**PROBLEM TO SOLVE**: In the entries that follow, find the line containing "#331=ORIENTED_EDGE('',*,*,#117,.T.);"; from there, copy every line exactly through the line containing "#337=AXIS2_PLACEMENT_3D('',#336,#17,#24);".

**DATA FOR PROCESSING**:

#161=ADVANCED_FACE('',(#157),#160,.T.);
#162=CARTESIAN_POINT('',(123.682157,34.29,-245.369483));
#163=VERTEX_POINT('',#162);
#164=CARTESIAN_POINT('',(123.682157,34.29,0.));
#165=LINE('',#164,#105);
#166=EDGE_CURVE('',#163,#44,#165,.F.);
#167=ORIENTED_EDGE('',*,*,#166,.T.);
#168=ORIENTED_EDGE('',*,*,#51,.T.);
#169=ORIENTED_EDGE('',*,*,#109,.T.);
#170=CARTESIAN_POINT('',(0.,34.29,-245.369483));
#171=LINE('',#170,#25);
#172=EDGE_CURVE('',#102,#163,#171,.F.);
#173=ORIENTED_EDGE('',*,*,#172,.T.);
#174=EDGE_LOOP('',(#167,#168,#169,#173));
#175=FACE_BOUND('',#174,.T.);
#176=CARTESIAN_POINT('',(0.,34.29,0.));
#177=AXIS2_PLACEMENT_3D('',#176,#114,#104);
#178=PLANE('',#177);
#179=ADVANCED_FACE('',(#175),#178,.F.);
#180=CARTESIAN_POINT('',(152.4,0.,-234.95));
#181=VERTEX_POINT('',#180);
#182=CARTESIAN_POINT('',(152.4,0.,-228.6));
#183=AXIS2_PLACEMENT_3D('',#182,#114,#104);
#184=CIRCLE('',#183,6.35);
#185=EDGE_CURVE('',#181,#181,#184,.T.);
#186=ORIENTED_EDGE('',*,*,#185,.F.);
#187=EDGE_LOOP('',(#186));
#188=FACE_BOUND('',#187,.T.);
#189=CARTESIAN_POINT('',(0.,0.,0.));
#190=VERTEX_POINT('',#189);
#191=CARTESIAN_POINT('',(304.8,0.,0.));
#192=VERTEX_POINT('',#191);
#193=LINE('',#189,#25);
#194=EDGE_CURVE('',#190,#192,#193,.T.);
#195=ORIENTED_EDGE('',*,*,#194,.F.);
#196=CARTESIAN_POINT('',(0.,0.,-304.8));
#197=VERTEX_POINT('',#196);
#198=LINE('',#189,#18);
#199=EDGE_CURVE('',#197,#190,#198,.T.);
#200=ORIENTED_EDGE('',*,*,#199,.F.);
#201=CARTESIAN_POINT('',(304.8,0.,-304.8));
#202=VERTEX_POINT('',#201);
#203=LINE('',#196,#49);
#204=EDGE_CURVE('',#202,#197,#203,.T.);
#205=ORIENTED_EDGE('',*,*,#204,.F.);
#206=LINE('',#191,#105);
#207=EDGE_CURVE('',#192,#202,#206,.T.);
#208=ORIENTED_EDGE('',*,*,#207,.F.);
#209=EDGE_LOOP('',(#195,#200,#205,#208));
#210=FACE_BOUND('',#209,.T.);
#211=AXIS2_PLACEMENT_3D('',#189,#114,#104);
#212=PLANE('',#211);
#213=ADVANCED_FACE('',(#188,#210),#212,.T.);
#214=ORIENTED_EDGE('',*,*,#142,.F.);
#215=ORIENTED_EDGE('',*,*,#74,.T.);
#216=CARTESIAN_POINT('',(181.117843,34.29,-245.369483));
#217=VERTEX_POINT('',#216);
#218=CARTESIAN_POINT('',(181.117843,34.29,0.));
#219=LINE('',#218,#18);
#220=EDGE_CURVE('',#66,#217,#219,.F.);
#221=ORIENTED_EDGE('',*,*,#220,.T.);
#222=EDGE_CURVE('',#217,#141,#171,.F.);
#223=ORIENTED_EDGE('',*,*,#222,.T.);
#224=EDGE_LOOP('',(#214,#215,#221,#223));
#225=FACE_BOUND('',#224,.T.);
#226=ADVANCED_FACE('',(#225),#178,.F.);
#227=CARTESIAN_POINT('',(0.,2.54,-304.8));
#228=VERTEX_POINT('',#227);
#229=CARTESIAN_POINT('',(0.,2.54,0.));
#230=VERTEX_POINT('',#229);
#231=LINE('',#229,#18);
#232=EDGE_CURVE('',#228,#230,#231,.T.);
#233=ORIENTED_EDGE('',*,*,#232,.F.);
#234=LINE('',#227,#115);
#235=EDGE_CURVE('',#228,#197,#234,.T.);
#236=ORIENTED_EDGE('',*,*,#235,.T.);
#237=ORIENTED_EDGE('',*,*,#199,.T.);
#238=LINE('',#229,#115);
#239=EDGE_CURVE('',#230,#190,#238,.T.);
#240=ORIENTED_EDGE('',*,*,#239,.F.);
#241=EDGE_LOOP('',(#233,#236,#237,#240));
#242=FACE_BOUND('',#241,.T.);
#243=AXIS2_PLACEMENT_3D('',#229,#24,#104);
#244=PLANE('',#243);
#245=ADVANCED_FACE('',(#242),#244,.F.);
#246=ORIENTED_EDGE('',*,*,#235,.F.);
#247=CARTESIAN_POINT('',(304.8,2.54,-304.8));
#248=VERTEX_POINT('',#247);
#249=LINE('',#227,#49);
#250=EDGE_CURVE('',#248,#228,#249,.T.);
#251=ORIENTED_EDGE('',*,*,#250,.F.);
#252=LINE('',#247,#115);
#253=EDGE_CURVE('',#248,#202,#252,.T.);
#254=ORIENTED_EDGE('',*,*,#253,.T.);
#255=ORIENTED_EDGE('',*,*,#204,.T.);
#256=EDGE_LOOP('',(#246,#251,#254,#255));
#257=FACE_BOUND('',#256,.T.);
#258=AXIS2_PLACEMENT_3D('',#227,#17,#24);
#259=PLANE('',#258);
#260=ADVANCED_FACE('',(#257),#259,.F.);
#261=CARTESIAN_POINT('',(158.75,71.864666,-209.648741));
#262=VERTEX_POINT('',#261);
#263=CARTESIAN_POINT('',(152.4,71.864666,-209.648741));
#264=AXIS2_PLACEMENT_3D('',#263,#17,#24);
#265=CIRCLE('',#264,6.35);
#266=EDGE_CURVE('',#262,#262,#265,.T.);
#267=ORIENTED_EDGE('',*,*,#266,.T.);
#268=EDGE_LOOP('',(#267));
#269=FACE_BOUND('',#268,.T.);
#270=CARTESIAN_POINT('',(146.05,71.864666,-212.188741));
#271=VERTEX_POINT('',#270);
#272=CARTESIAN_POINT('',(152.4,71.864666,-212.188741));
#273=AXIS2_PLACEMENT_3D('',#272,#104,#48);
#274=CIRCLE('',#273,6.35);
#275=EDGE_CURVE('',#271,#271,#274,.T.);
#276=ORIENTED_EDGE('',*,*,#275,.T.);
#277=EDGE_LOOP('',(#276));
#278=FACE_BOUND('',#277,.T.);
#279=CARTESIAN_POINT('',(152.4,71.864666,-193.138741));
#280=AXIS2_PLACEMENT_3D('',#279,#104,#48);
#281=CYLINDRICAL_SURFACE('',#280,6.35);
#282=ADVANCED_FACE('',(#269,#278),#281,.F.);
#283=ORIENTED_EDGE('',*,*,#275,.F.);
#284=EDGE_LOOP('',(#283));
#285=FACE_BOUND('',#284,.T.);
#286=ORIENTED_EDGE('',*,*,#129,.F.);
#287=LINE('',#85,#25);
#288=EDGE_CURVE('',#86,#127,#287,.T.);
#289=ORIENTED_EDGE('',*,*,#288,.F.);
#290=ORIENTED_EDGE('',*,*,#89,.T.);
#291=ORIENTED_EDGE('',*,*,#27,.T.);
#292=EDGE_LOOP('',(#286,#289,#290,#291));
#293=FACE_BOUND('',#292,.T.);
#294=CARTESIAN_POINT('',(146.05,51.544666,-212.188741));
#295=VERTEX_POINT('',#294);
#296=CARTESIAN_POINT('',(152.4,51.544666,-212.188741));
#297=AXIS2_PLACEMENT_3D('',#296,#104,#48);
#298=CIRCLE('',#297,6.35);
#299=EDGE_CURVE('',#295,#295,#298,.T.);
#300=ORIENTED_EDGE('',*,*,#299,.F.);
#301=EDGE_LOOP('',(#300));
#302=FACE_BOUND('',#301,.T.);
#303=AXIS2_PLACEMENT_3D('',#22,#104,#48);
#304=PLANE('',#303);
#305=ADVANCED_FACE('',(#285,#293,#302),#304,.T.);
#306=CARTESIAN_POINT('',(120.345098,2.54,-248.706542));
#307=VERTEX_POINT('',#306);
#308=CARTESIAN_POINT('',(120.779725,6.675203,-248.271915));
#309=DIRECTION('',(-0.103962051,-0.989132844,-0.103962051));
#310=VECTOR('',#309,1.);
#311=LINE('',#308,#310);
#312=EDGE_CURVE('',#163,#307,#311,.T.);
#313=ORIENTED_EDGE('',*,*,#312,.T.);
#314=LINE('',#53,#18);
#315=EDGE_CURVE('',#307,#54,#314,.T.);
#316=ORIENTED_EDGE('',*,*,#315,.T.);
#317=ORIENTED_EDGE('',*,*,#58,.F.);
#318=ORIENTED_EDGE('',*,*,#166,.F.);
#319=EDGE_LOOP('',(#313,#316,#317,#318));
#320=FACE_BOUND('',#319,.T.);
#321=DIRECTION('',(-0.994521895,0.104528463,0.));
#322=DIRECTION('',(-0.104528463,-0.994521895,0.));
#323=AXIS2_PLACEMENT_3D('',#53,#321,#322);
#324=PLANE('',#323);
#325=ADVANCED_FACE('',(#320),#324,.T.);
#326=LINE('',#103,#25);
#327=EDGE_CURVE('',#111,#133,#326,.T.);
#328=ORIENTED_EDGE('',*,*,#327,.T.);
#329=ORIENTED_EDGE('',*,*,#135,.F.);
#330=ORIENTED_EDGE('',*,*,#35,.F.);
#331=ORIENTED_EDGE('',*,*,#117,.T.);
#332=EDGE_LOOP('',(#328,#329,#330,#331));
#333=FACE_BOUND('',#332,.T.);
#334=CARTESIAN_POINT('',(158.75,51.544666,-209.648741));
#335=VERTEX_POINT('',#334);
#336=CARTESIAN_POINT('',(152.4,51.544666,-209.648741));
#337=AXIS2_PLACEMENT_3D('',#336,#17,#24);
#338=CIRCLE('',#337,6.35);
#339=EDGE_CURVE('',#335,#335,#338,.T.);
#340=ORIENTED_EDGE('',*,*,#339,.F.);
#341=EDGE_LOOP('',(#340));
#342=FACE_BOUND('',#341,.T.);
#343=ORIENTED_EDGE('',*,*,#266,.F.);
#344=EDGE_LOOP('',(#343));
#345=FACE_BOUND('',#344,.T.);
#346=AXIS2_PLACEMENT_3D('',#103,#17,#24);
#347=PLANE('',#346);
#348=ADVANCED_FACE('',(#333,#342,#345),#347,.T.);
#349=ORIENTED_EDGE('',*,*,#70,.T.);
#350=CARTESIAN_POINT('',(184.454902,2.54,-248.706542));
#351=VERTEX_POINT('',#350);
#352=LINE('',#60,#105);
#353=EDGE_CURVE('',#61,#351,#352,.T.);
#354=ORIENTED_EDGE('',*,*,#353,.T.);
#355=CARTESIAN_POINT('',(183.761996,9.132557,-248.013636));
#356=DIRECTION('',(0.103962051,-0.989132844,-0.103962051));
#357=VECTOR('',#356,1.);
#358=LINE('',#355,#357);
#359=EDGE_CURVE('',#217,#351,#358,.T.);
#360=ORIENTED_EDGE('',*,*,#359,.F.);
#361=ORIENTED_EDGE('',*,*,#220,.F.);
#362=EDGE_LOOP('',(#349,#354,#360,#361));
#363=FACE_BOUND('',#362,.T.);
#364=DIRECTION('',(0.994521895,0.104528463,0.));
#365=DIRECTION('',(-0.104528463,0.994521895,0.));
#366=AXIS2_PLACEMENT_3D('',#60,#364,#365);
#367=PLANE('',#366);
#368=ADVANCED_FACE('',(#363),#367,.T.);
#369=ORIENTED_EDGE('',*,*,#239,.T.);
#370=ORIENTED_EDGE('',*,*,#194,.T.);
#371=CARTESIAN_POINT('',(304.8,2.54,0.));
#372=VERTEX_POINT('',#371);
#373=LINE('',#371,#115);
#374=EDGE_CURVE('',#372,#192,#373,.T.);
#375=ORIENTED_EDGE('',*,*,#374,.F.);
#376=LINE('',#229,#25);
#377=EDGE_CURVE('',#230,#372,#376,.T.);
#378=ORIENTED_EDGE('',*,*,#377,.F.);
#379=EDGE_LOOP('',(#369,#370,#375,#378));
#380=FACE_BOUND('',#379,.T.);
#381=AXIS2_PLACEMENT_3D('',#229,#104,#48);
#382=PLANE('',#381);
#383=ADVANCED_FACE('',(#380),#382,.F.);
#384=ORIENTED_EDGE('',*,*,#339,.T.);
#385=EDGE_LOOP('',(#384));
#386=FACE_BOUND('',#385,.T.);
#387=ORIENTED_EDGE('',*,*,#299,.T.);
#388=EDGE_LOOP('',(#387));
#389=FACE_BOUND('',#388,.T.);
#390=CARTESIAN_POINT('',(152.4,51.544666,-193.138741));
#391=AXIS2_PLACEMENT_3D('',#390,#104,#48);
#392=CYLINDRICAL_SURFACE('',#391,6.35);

**OUTPUT FOR THIS TASK**:
#331=ORIENTED_EDGE('',*,*,#117,.T.);
#332=EDGE_LOOP('',(#328,#329,#330,#331));
#333=FACE_BOUND('',#332,.T.);
#334=CARTESIAN_POINT('',(158.75,51.544666,-209.648741));
#335=VERTEX_POINT('',#334);
#336=CARTESIAN_POINT('',(152.4,51.544666,-209.648741));
#337=AXIS2_PLACEMENT_3D('',#336,#17,#24);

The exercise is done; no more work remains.